> ACTIVITY: Stopping right after the line with "f 190 189 194", please reproduce the material below exactly from its first line.

> DATA FOR THIS EXERCISE:
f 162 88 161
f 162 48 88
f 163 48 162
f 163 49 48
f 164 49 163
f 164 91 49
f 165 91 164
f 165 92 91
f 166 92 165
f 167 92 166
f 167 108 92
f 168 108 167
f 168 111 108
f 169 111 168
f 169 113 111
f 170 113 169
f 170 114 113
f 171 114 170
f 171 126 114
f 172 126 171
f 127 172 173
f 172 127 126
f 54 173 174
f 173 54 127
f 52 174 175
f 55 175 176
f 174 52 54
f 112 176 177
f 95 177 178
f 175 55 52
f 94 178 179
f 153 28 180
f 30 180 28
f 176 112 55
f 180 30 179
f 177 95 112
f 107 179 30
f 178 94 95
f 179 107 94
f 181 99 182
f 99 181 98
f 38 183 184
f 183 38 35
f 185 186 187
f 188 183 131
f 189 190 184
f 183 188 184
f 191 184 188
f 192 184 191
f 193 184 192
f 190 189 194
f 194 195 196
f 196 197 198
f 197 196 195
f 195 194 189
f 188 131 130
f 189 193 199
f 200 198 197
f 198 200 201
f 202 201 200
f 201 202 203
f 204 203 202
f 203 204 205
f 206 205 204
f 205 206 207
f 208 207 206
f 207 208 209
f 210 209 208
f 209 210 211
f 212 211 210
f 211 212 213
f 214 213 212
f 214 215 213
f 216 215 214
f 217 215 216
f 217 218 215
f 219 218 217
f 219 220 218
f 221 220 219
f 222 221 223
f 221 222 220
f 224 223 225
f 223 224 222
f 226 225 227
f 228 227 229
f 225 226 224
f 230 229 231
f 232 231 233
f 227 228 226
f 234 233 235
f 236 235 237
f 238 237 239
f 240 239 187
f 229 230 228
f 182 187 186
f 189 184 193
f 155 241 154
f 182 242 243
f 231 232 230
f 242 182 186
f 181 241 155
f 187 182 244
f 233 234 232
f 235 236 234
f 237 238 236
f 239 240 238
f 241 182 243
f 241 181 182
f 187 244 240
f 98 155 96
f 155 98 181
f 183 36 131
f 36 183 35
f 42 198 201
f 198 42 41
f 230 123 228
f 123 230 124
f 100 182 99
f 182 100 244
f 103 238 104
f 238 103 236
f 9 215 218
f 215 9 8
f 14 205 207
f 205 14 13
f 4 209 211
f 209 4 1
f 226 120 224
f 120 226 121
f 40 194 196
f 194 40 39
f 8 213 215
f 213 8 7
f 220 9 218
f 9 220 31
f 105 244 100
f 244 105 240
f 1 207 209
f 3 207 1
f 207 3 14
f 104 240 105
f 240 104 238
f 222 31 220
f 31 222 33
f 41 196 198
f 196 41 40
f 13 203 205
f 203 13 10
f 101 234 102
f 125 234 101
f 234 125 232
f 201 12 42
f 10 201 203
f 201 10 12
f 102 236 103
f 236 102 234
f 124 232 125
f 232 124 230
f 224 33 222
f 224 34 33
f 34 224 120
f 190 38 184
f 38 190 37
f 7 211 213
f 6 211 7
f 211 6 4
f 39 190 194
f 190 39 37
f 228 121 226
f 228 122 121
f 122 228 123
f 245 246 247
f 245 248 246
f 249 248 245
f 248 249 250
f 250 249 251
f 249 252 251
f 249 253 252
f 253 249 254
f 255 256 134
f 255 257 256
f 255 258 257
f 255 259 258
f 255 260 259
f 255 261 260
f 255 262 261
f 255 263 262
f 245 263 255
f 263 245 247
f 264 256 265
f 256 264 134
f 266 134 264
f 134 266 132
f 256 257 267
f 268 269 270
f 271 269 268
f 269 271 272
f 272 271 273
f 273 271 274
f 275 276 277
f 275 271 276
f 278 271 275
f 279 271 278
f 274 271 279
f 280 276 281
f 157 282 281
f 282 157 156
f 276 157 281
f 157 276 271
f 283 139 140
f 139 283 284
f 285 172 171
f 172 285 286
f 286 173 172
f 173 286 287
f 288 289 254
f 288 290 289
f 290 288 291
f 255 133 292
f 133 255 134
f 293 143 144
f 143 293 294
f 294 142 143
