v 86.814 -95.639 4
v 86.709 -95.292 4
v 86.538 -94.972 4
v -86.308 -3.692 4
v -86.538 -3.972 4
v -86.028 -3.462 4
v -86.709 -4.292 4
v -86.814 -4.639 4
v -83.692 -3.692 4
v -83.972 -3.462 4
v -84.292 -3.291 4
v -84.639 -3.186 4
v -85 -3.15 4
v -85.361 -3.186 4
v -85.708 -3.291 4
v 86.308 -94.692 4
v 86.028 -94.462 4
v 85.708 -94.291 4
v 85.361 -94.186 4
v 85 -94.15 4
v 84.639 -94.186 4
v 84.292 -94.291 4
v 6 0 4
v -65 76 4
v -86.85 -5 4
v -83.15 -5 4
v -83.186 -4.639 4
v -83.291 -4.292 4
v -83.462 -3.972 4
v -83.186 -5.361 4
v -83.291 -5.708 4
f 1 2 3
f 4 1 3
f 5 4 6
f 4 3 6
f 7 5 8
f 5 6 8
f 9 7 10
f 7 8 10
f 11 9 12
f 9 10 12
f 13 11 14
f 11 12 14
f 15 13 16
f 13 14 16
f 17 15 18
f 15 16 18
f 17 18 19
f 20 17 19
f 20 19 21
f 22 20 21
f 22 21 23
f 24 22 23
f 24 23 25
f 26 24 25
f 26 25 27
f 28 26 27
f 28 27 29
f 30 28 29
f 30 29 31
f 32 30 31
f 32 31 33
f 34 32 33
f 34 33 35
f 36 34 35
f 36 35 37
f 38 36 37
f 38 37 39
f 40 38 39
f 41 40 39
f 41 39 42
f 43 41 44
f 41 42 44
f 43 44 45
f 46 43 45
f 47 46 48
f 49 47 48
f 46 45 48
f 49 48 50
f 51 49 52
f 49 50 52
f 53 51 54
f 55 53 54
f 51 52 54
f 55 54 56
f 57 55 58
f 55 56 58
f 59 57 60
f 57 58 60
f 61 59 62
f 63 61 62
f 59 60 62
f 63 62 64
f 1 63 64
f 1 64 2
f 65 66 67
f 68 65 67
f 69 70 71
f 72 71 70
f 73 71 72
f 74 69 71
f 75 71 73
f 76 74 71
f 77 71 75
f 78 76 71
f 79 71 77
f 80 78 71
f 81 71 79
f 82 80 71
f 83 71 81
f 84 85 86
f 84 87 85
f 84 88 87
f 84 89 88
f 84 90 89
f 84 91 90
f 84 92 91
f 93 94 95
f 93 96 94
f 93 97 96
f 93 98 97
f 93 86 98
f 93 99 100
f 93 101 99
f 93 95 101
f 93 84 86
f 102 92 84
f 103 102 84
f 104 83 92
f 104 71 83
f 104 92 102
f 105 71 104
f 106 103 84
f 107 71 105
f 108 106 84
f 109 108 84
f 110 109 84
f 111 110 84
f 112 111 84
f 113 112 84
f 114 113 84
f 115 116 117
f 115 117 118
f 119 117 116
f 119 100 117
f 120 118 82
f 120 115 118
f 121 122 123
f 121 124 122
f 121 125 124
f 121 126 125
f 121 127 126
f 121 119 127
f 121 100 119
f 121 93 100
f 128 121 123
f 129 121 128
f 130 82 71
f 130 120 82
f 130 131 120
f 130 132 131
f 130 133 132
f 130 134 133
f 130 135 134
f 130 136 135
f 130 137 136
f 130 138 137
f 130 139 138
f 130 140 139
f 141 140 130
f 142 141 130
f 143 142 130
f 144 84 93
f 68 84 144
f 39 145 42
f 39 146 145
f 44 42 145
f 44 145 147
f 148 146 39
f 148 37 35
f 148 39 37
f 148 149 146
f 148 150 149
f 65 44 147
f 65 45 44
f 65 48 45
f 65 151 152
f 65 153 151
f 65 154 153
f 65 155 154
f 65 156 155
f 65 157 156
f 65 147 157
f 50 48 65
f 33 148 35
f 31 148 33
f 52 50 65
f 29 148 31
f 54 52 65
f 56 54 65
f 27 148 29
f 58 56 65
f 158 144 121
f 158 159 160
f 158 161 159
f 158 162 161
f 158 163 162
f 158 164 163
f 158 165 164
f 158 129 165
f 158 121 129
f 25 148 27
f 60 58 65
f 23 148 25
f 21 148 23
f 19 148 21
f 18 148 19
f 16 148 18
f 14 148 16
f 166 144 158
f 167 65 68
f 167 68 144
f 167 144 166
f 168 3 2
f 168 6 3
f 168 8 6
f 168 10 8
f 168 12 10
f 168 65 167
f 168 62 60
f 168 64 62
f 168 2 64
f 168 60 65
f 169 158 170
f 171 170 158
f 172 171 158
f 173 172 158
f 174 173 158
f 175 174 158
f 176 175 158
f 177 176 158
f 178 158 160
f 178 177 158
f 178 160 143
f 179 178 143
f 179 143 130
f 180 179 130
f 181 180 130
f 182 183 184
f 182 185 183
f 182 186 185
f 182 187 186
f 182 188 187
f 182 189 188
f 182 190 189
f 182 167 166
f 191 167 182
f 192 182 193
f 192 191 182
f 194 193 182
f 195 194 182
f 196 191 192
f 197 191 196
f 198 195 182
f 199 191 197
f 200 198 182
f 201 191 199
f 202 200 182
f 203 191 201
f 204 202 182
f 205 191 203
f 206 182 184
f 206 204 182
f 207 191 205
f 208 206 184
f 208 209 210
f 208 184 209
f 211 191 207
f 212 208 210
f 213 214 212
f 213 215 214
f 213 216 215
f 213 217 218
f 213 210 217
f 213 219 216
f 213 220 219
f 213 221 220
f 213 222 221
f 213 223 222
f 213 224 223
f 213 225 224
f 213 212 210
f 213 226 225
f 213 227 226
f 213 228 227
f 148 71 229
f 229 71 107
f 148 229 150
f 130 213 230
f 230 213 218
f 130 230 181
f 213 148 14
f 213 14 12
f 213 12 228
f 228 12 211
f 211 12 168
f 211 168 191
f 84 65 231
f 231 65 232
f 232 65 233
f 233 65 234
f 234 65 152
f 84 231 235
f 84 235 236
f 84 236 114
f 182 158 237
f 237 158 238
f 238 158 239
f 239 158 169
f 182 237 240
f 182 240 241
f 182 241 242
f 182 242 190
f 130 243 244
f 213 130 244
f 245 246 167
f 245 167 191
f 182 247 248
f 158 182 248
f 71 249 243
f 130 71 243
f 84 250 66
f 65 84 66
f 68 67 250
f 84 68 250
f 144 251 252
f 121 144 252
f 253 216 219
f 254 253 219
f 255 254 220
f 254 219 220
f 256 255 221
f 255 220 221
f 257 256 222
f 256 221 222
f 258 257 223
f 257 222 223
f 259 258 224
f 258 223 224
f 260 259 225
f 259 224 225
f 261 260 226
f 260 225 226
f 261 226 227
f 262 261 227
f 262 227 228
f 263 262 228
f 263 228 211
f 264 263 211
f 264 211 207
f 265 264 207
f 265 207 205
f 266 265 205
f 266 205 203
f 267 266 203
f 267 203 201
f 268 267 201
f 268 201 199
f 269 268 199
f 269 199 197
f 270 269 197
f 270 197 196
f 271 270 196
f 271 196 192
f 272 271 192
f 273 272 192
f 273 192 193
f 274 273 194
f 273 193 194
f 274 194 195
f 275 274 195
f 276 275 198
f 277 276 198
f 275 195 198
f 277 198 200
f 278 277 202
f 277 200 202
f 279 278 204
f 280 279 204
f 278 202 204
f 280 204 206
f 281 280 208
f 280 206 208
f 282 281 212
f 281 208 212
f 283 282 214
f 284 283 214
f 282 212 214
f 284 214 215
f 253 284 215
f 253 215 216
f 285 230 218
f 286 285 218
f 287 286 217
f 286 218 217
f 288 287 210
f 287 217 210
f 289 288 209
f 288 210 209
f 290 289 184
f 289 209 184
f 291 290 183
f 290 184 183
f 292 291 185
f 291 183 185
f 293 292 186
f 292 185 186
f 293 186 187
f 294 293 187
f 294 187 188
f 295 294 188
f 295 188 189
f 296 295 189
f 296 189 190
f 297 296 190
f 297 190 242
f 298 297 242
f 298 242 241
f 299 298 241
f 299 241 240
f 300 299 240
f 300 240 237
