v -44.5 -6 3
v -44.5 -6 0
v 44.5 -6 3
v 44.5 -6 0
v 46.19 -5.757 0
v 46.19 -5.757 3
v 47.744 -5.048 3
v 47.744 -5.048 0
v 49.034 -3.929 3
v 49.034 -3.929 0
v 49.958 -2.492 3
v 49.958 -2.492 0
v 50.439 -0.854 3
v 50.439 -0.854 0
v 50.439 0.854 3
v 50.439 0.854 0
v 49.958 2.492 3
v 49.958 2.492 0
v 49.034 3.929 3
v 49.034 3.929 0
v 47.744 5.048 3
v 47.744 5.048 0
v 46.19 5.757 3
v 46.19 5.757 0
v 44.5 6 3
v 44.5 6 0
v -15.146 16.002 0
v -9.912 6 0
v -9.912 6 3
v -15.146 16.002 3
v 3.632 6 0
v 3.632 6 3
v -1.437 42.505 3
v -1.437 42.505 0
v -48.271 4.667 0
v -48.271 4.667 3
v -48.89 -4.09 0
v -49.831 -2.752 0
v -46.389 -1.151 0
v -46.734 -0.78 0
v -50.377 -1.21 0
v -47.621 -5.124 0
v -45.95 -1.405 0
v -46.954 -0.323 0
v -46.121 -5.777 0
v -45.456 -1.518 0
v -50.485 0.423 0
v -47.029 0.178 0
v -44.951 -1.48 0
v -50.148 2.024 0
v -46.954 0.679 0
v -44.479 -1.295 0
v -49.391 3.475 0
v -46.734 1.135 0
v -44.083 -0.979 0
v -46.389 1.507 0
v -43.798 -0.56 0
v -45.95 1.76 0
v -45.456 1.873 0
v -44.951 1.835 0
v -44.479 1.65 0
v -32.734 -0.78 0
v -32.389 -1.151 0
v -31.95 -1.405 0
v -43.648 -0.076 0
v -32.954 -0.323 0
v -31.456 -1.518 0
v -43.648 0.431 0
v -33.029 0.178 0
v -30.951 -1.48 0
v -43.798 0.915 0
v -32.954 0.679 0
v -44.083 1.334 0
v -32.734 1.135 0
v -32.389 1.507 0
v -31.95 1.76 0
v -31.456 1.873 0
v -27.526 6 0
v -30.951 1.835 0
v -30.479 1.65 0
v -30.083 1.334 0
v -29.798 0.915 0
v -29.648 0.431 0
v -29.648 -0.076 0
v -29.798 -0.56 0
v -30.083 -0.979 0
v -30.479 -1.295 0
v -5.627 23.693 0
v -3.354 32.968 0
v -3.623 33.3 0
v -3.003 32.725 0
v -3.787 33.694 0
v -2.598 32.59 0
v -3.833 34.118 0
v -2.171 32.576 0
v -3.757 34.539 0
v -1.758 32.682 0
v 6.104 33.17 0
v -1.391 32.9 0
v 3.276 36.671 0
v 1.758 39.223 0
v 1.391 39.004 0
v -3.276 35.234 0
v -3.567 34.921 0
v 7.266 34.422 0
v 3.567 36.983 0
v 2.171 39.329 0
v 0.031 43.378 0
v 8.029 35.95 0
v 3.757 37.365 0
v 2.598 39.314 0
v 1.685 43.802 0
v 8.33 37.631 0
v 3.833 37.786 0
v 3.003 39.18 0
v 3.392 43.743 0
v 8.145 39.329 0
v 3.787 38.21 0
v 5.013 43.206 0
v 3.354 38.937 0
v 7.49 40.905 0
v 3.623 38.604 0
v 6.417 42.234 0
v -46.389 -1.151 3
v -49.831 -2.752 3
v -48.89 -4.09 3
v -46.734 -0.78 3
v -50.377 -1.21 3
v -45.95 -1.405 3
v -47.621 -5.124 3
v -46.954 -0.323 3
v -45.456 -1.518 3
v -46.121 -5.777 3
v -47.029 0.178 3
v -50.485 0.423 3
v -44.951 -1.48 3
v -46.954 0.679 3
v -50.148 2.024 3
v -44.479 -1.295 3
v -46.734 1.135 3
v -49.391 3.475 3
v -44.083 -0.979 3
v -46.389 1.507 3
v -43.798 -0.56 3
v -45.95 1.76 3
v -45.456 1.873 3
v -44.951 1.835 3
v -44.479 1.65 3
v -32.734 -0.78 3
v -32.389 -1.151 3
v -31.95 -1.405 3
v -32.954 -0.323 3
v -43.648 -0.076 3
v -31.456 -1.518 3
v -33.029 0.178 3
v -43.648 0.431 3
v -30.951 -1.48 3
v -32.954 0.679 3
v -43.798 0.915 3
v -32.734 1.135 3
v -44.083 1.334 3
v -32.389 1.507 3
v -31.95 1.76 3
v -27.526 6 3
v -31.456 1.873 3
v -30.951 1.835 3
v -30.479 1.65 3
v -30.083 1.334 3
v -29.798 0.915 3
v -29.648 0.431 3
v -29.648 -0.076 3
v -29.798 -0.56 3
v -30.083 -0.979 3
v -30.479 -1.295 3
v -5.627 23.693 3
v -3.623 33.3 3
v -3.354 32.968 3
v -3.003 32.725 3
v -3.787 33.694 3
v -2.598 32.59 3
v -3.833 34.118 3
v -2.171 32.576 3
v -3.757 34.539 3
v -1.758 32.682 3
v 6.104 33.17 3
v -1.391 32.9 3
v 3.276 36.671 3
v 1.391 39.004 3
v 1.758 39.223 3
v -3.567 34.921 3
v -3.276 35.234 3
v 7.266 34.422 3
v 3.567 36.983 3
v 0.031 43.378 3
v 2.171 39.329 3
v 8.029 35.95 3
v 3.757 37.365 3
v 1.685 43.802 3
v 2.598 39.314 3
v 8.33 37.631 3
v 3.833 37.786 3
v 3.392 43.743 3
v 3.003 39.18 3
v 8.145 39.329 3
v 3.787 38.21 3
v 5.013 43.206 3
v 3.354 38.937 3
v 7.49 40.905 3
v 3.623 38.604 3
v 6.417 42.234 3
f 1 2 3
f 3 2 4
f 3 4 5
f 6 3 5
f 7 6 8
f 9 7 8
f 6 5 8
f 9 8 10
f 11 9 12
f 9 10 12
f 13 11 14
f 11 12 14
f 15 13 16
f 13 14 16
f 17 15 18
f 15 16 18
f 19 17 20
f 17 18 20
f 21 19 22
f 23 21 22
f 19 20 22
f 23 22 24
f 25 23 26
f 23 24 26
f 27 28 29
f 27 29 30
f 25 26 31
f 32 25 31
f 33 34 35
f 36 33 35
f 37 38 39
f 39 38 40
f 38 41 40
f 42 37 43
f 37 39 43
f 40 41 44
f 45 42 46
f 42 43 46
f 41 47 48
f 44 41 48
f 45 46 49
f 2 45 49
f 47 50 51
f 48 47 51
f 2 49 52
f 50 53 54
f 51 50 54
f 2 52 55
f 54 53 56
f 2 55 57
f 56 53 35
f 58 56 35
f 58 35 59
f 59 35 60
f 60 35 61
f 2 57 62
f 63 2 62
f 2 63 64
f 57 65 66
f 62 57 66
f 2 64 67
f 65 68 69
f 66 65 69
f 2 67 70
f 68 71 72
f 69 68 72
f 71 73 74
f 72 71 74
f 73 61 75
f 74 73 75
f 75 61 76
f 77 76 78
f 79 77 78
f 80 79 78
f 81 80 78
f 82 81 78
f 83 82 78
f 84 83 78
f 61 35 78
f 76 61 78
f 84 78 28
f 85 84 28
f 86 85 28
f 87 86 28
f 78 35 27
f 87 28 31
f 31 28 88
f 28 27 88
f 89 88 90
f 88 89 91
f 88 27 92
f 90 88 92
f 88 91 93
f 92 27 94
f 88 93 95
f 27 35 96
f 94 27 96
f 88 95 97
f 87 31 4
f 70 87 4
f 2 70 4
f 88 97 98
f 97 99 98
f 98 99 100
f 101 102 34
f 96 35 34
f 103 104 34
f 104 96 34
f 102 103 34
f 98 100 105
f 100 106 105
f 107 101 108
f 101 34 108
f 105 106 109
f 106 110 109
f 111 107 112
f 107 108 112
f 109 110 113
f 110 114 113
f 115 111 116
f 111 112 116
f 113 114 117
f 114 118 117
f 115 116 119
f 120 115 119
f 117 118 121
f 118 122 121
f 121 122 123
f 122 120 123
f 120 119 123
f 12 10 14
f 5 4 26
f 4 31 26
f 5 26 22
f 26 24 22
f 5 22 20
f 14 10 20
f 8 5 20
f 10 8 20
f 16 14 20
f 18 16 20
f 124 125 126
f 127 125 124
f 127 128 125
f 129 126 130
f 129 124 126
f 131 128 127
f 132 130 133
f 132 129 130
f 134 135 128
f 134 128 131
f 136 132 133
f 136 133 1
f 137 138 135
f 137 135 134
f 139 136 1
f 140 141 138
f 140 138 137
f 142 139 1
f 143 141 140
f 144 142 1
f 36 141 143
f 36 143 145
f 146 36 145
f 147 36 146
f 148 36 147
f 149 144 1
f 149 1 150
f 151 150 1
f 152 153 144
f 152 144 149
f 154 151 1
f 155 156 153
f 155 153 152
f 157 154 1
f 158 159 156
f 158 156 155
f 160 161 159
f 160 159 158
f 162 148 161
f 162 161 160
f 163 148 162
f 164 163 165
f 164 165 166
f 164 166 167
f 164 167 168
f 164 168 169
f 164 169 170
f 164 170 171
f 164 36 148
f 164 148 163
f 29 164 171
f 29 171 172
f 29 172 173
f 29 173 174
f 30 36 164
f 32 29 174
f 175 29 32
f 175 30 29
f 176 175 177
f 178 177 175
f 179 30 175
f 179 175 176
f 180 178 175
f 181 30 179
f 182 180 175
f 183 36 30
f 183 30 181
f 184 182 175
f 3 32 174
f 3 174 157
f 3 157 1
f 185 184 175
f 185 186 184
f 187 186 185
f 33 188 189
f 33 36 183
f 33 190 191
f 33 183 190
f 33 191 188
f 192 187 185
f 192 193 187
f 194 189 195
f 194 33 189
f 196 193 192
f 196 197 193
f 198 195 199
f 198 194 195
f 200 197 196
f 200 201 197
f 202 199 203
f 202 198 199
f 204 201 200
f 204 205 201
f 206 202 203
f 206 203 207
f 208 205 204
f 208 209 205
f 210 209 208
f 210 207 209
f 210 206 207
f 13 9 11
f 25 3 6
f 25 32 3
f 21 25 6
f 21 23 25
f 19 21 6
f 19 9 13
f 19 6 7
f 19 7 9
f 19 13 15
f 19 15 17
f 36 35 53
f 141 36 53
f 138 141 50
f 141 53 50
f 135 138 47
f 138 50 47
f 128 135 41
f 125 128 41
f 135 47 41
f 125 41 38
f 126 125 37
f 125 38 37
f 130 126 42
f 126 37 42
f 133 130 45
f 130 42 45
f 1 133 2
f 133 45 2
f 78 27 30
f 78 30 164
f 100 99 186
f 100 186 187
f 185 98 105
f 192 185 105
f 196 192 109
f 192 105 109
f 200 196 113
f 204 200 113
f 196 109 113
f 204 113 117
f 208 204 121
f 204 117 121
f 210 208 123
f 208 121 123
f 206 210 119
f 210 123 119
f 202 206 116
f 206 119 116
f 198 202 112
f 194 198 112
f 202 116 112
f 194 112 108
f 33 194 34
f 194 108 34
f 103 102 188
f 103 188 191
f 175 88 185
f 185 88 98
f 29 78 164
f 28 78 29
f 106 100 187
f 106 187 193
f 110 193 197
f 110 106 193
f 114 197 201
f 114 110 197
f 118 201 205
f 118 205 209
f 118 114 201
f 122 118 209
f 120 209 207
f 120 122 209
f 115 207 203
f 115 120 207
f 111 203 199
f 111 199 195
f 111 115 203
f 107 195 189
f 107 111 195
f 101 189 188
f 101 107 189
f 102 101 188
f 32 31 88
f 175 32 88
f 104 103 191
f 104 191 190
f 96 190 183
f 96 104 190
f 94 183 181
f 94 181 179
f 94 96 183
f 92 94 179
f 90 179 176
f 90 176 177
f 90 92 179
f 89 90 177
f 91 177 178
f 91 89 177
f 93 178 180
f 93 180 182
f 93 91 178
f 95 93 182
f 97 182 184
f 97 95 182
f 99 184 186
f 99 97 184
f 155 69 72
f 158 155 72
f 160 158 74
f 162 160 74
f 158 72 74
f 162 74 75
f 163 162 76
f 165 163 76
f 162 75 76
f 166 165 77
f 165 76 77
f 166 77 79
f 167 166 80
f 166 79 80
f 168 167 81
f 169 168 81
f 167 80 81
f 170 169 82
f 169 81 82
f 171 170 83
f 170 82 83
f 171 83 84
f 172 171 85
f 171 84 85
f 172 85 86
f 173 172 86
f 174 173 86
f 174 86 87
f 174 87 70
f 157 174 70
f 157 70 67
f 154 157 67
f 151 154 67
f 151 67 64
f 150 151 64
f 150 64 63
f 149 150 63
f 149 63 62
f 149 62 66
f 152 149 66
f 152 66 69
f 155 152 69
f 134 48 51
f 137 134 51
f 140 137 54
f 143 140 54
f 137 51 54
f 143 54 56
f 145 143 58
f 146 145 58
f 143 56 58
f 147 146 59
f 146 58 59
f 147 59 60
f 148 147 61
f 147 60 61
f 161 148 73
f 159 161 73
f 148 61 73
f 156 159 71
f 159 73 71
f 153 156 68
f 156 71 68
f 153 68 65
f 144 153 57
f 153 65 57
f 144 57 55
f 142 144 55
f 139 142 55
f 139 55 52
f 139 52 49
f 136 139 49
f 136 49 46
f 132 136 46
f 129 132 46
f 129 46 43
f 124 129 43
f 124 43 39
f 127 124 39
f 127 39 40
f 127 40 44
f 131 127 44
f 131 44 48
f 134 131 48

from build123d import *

# Parameters (mm, degrees)
BOSS_EXTRU_1_DEPTH   = 3
D_GAGEMENT_M31_D     = 3.4
D_GAGEMENT_M31_DEPTH = 10
D_GAGEMENT_M31_TIP   = 1.021463052


with BuildPart() as part:
    # Esquisse1 → Boss.-Extru.1 (new body)
    with BuildSketch(Plane.XY):
        with BuildLine():
            Line((-5.626876244, 23.692571189), (6.10421614, 33.170262072))
            ThreePointArc((6.10421614, 33.170262072), (7.000718602, 41.608051079), (-1.437070405, 42.504553542))
            Line((-1.437070405, 42.504553542), (-48.270643273, 4.667145735))
            ThreePointArc((-48.270643273, 4.667145735), (-50.15698128, -1.999640667), (-44.5, -6))
            Line((-44.5, -6), (44.5, -6))
            ThreePointArc((44.5, -6), (50.5, 0), (44.5, 6))
            Line((44.5, 6), (3.632012331, 6))
            Line((3.632012331, 6), (-5.626876244, 23.692571189))
        make_face()
        Polygon((-9.91186062, 6), (-15.146064211, 16.001904537), (-27.526006497, 6), align=None, mode=Mode.SUBTRACT)
        with BuildLine():
            ThreePointArc((-3.276233686, 35.233550968), (-3.500359301, 33.124103716), (-1.390912049, 32.8999781))
            Line((-1.390912049, 32.8999781), (3.276233686, 36.670621373))
            ThreePointArc((3.276233686, 36.670621373), (3.500359301, 38.780068625), (1.390912049, 39.00419424))
            Line((1.390912049, 39.00419424), (-3.276233686, 35.233550968))
        make_face(mode=Mode.SUBTRACT)
    extrude(amount=BOSS_EXTRU_1_DEPTH)

    # Dégagement M31
    with Locations(Plane.XY.offset(3)):
        with Locations((-45.329154162, 0.177691477), (-31.329154162, 0.177691477)):
            Hole(D_GAGEMENT_M31_D / 2, depth=D_GAGEMENT_M31_DEPTH)
            with Locations((0, 0, -(D_GAGEMENT_M31_DEPTH + D_GAGEMENT_M31_TIP / 2))):  # 118° drill point
                Cone(0, D_GAGEMENT_M31_D / 2, D_GAGEMENT_M31_TIP, mode=Mode.SUBTRACT)


solid = part.part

> EXERCISE SOLUTION:
f 162 88 161
f 162 48 88
f 163 48 162
f 163 49 48
f 164 49 163
f 164 91 49
f 165 91 164
f 165 92 91
f 166 92 165
f 167 92 166
f 167 108 92
f 168 108 167
f 168 111 108
f 169 111 168
f 169 113 111
f 170 113 169
f 170 114 113
f 171 114 170
f 171 126 114
f 172 126 171
f 127 172 173
f 172 127 126
f 54 173 174
f 173 54 127
f 52 174 175
f 55 175 176
f 174 52 54
f 112 176 177
f 95 177 178
f 175 55 52
f 94 178 179
f 153 28 180
f 30 180 28
f 176 112 55
f 180 30 179
f 177 95 112
f 107 179 30
f 178 94 95
f 179 107 94
f 181 99 182
f 99 181 98
f 38 183 184
f 183 38 35
f 185 186 187
f 188 183 131
f 189 190 184
f 183 188 184
f 191 184 188
f 192 184 191
f 193 184 192
f 190 189 194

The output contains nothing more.